Will J. Crew Get a Better Offer?

Although TPG Group and Leonard Green & Partners have agreed to acquire J. Crew Group for nearly $3 billion, some believe the apparel cataloger/merchant may get a better offer. J. Crew has until Jan. 15 to solicit alternative proposals.

Is it likely to get one? Lee Helman, managing director with investment firm Financo, is confident that someone will try and outbid Leonard Green and TPG. Companies might be afraid to be the first to do so, “but the company is a jewel,” he says of J. Crew.

Then again, “there really are only a handful of logical qualified buyers interested in retail that can do a deal of this size,” says Chris Kampe, managing director at investment firm Tully & Holland. “The only other players big enough to pull off a deal that large that come to mind (other than Leonard Green) are Bain Capital Ventures, KKR, Apollo, Blackstone, and Sun Capital. If not Leonard Green, the obvious player is Bain.”

The fact that Millard Drexler will continue as chairman/CEO of J. Crew and maintain a significant equity investment in the company, is a plus, Hellman says. Drexler, who joined J. Crew in 2003, “has phenomenal confidence in his business and the plan,” he says. Drexler must want to “fly under the radar as a private company to affect some of his growth strategies.”
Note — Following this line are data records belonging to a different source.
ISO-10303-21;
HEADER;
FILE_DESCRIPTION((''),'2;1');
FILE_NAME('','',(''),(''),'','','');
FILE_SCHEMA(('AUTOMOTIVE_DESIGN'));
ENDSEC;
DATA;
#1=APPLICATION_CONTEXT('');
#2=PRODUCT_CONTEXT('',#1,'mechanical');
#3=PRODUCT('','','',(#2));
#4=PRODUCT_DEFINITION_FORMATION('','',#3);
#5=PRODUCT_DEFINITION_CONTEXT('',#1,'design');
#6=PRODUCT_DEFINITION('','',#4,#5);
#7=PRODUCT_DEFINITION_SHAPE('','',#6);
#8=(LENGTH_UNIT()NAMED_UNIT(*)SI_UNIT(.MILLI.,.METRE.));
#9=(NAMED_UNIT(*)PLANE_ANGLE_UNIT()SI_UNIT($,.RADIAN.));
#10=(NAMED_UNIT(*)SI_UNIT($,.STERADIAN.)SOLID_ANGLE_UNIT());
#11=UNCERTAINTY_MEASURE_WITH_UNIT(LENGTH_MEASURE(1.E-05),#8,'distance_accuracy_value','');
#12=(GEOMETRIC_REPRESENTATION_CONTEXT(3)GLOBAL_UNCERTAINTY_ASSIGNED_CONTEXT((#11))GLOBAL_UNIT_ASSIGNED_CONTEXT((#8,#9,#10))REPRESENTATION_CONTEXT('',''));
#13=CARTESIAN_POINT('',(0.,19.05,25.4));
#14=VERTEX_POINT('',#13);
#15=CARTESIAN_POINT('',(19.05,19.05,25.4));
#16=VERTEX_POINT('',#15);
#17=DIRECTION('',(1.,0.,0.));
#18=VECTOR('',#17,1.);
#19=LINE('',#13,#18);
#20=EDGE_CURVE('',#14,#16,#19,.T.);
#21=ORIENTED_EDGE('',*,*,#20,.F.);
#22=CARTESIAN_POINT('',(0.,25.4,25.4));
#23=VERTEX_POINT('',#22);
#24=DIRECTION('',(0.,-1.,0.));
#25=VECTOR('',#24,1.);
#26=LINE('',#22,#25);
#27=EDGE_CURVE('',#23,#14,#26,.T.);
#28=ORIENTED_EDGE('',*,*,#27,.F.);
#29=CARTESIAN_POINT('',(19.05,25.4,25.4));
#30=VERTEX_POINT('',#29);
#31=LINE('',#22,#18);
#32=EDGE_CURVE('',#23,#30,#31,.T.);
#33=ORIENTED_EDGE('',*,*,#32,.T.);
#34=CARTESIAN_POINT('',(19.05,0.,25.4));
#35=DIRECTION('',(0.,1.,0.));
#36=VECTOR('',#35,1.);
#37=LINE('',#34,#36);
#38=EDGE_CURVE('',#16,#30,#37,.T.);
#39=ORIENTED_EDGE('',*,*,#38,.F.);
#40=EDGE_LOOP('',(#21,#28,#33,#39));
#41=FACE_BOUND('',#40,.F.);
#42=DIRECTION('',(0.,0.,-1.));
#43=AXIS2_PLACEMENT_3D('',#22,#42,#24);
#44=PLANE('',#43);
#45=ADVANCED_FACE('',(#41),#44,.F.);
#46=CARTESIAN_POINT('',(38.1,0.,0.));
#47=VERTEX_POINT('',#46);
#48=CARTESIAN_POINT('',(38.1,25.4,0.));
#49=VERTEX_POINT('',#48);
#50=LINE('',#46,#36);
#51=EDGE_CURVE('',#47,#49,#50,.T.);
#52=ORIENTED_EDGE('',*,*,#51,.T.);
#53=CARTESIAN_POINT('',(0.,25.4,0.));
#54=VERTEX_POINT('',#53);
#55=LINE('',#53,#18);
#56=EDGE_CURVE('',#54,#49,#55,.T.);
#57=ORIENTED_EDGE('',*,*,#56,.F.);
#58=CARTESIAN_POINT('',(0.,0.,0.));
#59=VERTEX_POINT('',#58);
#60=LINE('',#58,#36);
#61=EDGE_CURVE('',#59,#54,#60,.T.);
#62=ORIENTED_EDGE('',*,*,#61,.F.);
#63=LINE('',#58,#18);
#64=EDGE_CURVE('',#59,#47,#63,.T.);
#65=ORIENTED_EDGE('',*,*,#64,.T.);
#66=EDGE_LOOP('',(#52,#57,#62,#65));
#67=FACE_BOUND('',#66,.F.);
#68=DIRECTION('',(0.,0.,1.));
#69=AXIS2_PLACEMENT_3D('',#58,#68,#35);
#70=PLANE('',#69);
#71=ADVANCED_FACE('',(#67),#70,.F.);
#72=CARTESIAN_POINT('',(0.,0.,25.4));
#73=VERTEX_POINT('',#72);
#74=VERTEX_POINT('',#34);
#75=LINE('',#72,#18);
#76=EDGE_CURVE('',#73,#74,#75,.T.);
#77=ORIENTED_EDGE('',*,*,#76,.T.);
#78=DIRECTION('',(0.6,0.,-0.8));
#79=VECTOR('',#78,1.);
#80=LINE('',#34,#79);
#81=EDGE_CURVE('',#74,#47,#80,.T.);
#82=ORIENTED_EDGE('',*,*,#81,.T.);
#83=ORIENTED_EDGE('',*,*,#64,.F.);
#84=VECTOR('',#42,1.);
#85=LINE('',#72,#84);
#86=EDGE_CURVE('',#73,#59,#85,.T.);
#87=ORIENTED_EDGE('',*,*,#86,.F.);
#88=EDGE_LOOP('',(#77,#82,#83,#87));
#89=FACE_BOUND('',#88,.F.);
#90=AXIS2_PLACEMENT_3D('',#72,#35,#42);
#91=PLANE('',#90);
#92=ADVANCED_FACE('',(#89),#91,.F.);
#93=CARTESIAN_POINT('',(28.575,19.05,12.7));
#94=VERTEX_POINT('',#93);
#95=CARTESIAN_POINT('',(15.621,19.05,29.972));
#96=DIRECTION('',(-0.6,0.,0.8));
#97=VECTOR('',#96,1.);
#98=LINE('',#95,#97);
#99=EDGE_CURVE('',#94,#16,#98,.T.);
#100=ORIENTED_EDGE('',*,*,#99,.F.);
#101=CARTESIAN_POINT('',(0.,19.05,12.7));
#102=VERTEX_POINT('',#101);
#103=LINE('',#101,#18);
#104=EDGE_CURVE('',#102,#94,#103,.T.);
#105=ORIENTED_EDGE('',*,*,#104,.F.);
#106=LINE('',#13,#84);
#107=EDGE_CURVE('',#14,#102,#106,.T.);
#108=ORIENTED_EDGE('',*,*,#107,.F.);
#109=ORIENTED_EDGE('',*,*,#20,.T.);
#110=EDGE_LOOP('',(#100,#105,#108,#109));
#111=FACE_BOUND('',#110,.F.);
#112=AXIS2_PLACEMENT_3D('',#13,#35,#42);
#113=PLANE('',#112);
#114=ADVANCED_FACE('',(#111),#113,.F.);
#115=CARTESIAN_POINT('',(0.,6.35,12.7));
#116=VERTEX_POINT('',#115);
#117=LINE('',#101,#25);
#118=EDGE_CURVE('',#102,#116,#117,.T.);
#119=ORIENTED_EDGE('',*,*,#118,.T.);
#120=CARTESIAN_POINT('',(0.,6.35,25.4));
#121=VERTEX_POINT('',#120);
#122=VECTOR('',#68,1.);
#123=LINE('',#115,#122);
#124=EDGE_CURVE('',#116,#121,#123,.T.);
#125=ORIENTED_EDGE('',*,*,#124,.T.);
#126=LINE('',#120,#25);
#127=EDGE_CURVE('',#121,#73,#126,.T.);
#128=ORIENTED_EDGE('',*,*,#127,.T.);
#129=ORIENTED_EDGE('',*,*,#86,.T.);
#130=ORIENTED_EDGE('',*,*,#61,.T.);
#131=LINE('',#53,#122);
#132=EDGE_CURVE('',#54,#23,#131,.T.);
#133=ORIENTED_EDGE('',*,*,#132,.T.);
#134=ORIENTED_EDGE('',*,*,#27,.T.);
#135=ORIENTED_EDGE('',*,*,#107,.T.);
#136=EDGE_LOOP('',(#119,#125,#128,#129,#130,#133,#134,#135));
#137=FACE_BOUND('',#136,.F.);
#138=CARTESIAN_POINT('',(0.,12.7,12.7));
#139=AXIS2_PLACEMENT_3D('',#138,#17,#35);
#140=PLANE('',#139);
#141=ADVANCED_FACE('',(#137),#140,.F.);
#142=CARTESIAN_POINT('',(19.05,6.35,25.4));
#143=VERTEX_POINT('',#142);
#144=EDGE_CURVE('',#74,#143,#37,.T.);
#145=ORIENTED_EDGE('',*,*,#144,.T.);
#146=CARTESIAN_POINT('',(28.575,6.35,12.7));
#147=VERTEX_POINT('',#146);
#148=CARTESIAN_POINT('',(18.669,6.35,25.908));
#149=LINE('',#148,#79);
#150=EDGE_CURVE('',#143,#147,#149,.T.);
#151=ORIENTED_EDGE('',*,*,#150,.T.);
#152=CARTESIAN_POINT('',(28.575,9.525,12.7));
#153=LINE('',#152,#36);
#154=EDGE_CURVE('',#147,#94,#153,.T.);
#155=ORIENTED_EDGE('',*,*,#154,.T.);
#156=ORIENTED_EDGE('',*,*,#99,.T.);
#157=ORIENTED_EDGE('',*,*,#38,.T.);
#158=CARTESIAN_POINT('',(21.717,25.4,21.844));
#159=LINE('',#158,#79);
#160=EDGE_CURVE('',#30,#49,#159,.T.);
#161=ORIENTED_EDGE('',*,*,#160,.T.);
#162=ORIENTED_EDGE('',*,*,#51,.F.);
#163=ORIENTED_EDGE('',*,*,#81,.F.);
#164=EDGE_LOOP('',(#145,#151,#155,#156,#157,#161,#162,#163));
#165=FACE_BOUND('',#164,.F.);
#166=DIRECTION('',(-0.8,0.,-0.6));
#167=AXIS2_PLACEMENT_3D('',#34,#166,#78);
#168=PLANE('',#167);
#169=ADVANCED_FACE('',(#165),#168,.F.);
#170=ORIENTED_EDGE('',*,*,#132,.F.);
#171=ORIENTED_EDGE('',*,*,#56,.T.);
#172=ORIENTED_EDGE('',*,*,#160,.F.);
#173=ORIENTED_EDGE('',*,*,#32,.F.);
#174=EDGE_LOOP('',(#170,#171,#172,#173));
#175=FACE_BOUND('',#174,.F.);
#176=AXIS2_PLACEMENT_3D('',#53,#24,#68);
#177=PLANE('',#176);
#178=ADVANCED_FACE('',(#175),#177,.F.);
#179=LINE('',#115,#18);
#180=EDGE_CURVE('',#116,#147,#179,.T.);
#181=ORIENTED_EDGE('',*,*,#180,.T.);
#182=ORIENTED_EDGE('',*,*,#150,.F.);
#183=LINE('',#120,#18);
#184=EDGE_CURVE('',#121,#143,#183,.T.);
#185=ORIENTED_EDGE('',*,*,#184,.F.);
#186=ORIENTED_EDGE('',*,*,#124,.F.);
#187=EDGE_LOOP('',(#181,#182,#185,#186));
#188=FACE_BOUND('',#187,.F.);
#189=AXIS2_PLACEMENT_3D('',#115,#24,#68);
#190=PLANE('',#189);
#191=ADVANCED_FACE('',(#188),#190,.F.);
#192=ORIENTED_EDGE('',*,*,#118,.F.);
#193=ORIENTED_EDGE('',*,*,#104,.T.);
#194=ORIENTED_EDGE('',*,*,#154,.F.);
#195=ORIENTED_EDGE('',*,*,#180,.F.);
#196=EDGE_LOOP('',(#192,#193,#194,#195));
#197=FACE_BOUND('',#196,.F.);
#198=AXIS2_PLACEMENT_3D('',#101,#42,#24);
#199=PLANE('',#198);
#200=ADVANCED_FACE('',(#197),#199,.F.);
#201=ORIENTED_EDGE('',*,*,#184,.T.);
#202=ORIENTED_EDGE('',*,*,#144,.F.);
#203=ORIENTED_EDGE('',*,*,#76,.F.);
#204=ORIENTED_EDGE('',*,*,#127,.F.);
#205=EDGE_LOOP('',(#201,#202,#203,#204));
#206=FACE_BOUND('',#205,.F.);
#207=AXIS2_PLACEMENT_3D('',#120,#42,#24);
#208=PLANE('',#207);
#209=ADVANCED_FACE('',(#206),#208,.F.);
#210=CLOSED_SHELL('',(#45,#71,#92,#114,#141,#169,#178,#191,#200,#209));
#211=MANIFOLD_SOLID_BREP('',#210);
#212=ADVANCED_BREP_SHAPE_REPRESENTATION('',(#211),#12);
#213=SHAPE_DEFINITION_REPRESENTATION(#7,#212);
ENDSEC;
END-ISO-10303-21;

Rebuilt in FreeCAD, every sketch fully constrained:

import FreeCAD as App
import Part
import Sketcher
from FreeCAD import Vector
Q = App.Units.Quantity


def add_polygon(sketch, points):
    """Adds a closed chain of lines whose ends are joined by coincident constraints."""
    first, n = sketch.GeometryCount, len(points)
    for a, b in zip(points, points[1:] + points[:1]):
        sketch.addGeometry(Part.LineSegment(App.Vector(*a, 0), App.Vector(*b, 0)), False)
    for i in range(n):
        sketch.addConstraint(Sketcher.Constraint("Coincident", first + i, 2, first + (i + 1) % n, 1))

doc = App.newDocument("Part")
body = doc.addObject("PartDesign::Body", "Body")

sketch1 = doc.addObject("Sketcher::SketchObject", "Sketch")
body.addObject(sketch1)
sketch1.AttachmentSupport = (doc.YZ_Plane, [""])
sketch1.MapMode = "FlatFace"
add_polygon(sketch1, [(0, 25), (0, 0), (25, 0), (25, 25), (19, 25), (19, 13), (6, 13), (6, 25)])
sketch1.addConstraint([
    Sketcher.Constraint("Vertical", 0),
    Sketcher.Constraint("Horizontal", 1),
    Sketcher.Constraint("Vertical", 2),
    Sketcher.Constraint("Horizontal", 3),
    Sketcher.Constraint("Vertical", 4),
    Sketcher.Constraint("Horizontal", 5),
    Sketcher.Constraint("Vertical", 6),
    Sketcher.Constraint("Horizontal", 7),
    Sketcher.Constraint("Coincident", 0, 2, -1, 1),
    Sketcher.Constraint("Horizontal", 3, 2, 6, 2),
    Sketcher.Constraint("Equal", 3, 7),
    Sketcher.Constraint("Equal", 1, 0),
    Sketcher.Constraint("Equal", 5, 4),
    Sketcher.Constraint("DistanceX", 1, 1, 1, 2, Q("1 in")),
    Sketcher.Constraint("DistanceX", 5, 2, 5, 1, Q("0.5 in")),
])
pad1 = doc.addObject("PartDesign::Pad", "Pad")
body.addObject(pad1)
pad1.Profile = sketch1
pad1.Length = Q("1.5 in")

sketch2 = doc.addObject("Sketcher::SketchObject", "Sketch001")
body.addObject(sketch2)
sketch2.AttachmentSupport = (doc.XZ_Plane, [""])
sketch2.MapMode = "FlatFace"
add_polygon(sketch2, [(19, 25), (38, 0), (38, 25)])
sketch2.addConstraint([
    Sketcher.Constraint("Vertical", 1),
    Sketcher.Constraint("Horizontal", 2),
    Sketcher.Constraint("PointOnObject", 0, 2, -1),
    Sketcher.Constraint("DistanceY", 1, 1, 1, 2, Q("1 in")),
    Sketcher.Constraint("DistanceX", 2, 2, 2, 1, Q("0.75 in")),
    Sketcher.Constraint("DistanceX", -1, 1, 0, 2, Q("1.5 in")),
])
pocket1 = doc.addObject("PartDesign::Pocket", "Pocket")
body.addObject(pocket1)
pocket1.Profile = sketch2
pocket1.Type = "ThroughAll"

doc.recompute()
Antonia Ness, managing director with investment firm Gruppo, Levey & Co., isn’t surprised that a strong brand and “relatively well performing multichannel business would be the target of a take private. We’ve seen a big pick up in availability of financing for big deals and we’ve been talking for years now about the amount of sidelined money that needs to be put to work to generate returns.”

A special committee of the J. Crew board of directors negotiated the transaction and recommended it to the full board. The agreement was approved by the full board other than James Coulter, a partner of TPG Capital, and Drexler, who recused themselves from the vote.

Leonard Green and TPG are paying $43.50 per share in cash for J. Crew. If there is no superior offer by Jan. 15, the transaction is expected to close in the first half of fiscal 2011, subject to customary approvals and closing conditions.

Completion of the transaction also requires approval by a majority of the outstanding J. Crew shares. As reported earlier, some J. Crew shareholders are not pleased about the deal, and several law firms are investigating the way the board handled it.